Sacramento: sun, fun, stay, play

Once upon a time in another California, when everybody’s dad wore flannel shirts and put Brylcreem in their hair, if they still had any, and drove around in pickup trucks with camper shells with truck radios permanently glued to KRAK radio 1140 AM, it was pretty damned hard to avoid Buck Owens and Merle Haggard. At least for those of us melanin-deficient types who grew up in the small towns and bigger-city suburbs in this part of Okiefornia, there was no escaping the music of Buck and Merle, along with Johnny Cash and a bunch of other country acts. And if you tried to switch the dial to a rock or, dog forbid, soul station, you got shut down pretty fast.

Maybe that’s why I still hear Haggard songs in my dreams. It’s a throwback to an earlier California, one that’s rooted a lot more strongly in this state’s Old West identity. And maybe that’s why Richard March’s new CD, Levee Road, resonates so nicely.

Now, most of Levee Road isn’t the kind of hard-twangin’ Cee & Dubya that sent my sainted mum running for the safety of her Robert Goulet records whenever ol’ pop cranked the KRAK on his Jimmy’s AM radio. Not that it’s all urbane, either: It’s just that March’s songwriting comes from the same smart place that Haggard mined in his heyday, the place you found once you got past his badass posturing on “The Fightin’ Side of Me” or the inside joke of “Okie From Muskogee” to hear gems like “Silver Wings” and “Big City.”

There’s a musical sweet spot that Haggard’s better records always hit, and March often nails that spot on Levee Road. There’s even a bit of overt homage, as March’s song “Libraries,” with its line “they’re closing all the libraries,” references Haggard’s “They’re Tearin’ the Labor Camps Down.” And now that Air America-type radio stations have dropped “Libraries,” with its succinct delineation of what’s gone wrong in America over the last quarter century, into rotation as a bumper, it isn’t hard imagining March getting propelled into some kind of populist bard, like our own homegrown John Mellencamp figure.

Sonically, March hews closer to Mellencamp or to the more country flavored songs of, say, Steely Dan, than he does to the kind of gasoline-marinated country music that barreled out of Bakersfield in the 1960s. Still, he’s more country than any of the benighted stuff coming out of Nashville these days.

March and his band still play the Americana Ramble every Wednesday night at 7:30 p.m. at Marilyn’s on K Street.
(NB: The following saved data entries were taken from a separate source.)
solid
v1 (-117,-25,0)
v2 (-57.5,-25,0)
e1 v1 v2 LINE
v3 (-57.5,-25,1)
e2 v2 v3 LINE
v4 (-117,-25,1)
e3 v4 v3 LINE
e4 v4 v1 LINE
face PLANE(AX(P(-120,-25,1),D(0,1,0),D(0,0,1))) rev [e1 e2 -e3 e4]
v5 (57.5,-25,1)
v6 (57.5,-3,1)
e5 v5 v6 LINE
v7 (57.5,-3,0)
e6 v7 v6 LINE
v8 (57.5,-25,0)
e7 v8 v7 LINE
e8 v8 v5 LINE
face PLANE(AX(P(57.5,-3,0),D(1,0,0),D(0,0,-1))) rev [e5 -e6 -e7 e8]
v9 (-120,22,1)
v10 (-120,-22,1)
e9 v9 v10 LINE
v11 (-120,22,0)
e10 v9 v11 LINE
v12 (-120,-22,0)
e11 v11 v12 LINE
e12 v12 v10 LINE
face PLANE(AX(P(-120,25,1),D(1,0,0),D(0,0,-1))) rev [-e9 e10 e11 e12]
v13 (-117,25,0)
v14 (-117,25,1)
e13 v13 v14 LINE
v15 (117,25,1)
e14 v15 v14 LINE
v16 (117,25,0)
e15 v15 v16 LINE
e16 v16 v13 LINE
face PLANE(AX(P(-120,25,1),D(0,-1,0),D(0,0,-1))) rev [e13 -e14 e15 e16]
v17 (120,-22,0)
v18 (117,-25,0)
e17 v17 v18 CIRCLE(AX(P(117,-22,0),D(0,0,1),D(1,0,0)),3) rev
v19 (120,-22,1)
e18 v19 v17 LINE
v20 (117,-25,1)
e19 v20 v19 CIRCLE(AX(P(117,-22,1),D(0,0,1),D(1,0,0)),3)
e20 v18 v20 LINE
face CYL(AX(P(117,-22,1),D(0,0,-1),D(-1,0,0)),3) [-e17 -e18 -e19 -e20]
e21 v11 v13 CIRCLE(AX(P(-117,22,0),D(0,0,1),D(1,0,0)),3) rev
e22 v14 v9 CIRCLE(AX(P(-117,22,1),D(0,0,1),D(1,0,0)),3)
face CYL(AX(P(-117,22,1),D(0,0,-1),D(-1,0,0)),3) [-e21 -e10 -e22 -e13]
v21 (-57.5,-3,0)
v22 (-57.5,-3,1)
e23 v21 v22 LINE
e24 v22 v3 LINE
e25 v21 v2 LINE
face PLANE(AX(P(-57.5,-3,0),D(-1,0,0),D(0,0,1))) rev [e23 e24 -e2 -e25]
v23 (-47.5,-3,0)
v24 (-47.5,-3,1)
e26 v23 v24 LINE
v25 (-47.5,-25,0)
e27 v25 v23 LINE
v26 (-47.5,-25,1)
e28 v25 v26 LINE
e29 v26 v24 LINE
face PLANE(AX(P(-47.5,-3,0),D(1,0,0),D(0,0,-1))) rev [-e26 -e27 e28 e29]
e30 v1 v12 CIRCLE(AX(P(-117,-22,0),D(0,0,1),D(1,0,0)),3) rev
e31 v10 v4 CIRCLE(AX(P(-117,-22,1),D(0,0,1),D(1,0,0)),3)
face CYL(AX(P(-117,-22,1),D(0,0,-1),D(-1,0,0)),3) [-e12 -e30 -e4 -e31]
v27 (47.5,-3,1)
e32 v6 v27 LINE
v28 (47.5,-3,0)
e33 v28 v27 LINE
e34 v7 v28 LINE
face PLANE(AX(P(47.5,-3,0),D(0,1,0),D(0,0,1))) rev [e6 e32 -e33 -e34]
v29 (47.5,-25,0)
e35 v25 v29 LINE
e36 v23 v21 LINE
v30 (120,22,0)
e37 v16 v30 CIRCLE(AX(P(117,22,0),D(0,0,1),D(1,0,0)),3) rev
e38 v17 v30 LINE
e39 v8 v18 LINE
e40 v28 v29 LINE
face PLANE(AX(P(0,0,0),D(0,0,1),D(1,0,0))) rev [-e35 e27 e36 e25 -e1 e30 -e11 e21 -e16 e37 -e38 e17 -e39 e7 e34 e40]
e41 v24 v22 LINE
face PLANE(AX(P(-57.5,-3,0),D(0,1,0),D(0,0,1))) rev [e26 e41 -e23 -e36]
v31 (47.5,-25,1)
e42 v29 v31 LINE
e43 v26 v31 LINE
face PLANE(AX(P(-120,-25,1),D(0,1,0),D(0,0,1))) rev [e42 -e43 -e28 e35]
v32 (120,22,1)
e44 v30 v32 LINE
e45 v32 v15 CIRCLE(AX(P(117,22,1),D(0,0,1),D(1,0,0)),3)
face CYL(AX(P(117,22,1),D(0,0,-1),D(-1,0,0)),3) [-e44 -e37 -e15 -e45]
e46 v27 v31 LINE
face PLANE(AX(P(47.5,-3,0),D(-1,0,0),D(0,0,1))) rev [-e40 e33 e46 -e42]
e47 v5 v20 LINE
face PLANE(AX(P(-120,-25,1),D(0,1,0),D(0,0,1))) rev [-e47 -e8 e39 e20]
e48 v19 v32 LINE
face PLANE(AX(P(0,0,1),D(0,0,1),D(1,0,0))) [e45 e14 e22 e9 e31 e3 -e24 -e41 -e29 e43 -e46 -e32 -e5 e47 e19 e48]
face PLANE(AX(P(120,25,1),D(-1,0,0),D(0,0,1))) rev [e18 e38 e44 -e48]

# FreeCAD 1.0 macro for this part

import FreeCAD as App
import Part
import Sketcher

V = App.Vector
Q = App.Units.Quantity


def edges_at(feature, points):
    """Names of the edges that pass closest to the given points."""
    edges = feature.Shape.Edges
    near = lambda p: min(range(len(edges)), key=lambda i: edges[i].distToShape(Part.Vertex(*p))[0])
    return sorted({f"Edge{near(p) + 1}" for p in points})

doc = App.newDocument("Part")
body = doc.addObject("PartDesign::Body", "Body")

sketch1 = body.newObject("Sketcher::SketchObject", "Sketch")
sketch1.AttachmentSupport = (doc.getObject("XY_Plane"), [""])
sketch1.MapMode = "FlatFace"
sketch1.addGeometry([
    Part.LineSegment(V(-120, 25, 0), V(-120, -25, 0)),
    Part.LineSegment(V(-120, -25, 0), V(120, -25, 0)),
    Part.LineSegment(V(120, -25, 0), V(120, 25, 0)),
    Part.LineSegment(V(120, 25, 0), V(-120, 25, 0)),
], False)
sketch1.addConstraint([
    Sketcher.Constraint("Coincident", 0, 2, 1, 1),
    Sketcher.Constraint("Coincident", 1, 2, 2, 1),
    Sketcher.Constraint("Coincident", 2, 2, 3, 1),
    Sketcher.Constraint("Coincident", 3, 2, 0, 1),
    Sketcher.Constraint("Vertical", 0),
    Sketcher.Constraint("Horizontal", 1),
    Sketcher.Constraint("Vertical", 2),
    Sketcher.Constraint("Horizontal", 3),
    Sketcher.Constraint("Symmetric", 0, 2, 2, 2, -1, 1),
    Sketcher.Constraint("DistanceX", 1, 1, 1, 2, Q("240 mm")),
    Sketcher.Constraint("DistanceY", 0, 2, 0, 1, Q("50 mm")),
])
pad1 = body.newObject("PartDesign::Pad", "Pad")
pad1.Profile = sketch1
pad1.Length = 1
doc.recompute()

fillet = body.newObject("PartDesign::Fillet", "Fillet")
fillet.Base = (pad1, edges_at(pad1, [
    (120, -25, 0.5),
    (-120, -25, 0.5),
    (-120, 25, 0.5),
    (120, 25, 0.5),
]))
fillet.Radius = 3

sketch2 = body.newObject("Sketcher::SketchObject", "Sketch001")
sketch2.AttachmentSupport = (doc.getObject("XY_Plane"), [""])
sketch2.MapMode = "FlatFace"
sketch2.AttachmentOffset = App.Placement(V(0, 0, 1), App.Rotation())
sketch2.addGeometry([
    Part.LineSegment(V(-58, -3, 0), V(-58, -25, 0)),
    Part.LineSegment(V(-58, -25, 0), V(-48, -25, 0)),
    Part.LineSegment(V(-48, -25, 0), V(-48, -3, 0)),
    Part.LineSegment(V(-48, -3, 0), V(-58, -3, 0)),
    Part.LineSegment(V(48, -3, 0), V(48, -25, 0)),
    Part.LineSegment(V(48, -25, 0), V(58, -25, 0)),
    Part.LineSegment(V(58, -25, 0), V(58, -3, 0)),
    Part.LineSegment(V(58, -3, 0), V(48, -3, 0)),
], False)
sketch2.addConstraint([
    Sketcher.Constraint("Coincident", 0, 2, 1, 1),
    Sketcher.Constraint("Coincident", 1, 2, 2, 1),
    Sketcher.Constraint("Coincident", 2, 2, 3, 1),
    Sketcher.Constraint("Coincident", 3, 2, 0, 1),
    Sketcher.Constraint("Coincident", 4, 2, 5, 1),
    Sketcher.Constraint("Coincident", 5, 2, 6, 1),
    Sketcher.Constraint("Coincident", 6, 2, 7, 1),
    Sketcher.Constraint("Coincident", 7, 2, 4, 1),
    Sketcher.Constraint("Vertical", 0),
    Sketcher.Constraint("Horizontal", 1),
    Sketcher.Constraint("Vertical", 2),
    Sketcher.Constraint("Horizontal", 3),
    Sketcher.Constraint("Vertical", 4),
    Sketcher.Constraint("Horizontal", 5),
    Sketcher.Constraint("Vertical", 6),
    Sketcher.Constraint("Horizontal", 7),
    Sketcher.Constraint("Symmetric", 1, 2, 4, 2, -2),
    Sketcher.Constraint("Symmetric", 3, 2, 6, 2, -2),
    Sketcher.Constraint("DistanceX", 1, 1, 1, 2, Q("10 mm")),
    Sketcher.Constraint("DistanceY", 0, 2, 0, 1, Q("22 mm")),
    Sketcher.Constraint("DistanceY", 0, 2, -1, 1, Q("25 mm")),
    Sketcher.Constraint("DistanceX", 1, 2, 4, 2, Q("95 mm")),
])
pocket1 = body.newObject("PartDesign::Pocket", "Pocket")
pocket1.Profile = sketch2
pocket1.Type = "ThroughAll"

doc.recompute()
Dig it now, because if Levee Road is any indication, that residency won’t be a forever thing.

Public service: On Thursday night, May 3, the Mat Marucci/Doug Webb Trio Featuring Kerry Kashiwagi will play a record-release party at the Clarion Hotel, 2600 Auburn Boulevard, for its new Cadence Jazz CD, No Lesser Evil. Show starts at 8 p.m., admission is $8 (or $6 for seniors and students), and there’s a jam session afterward.

And over in Davis, there’s a Whole Earth Benefit Show at 8 p.m. on Sunday, May 6, at the newly remodeled Varsity Theatre at 616 2nd Street, featuring Jason Webley and Rev. Peyton’s Big Damn Band. Donation is $10.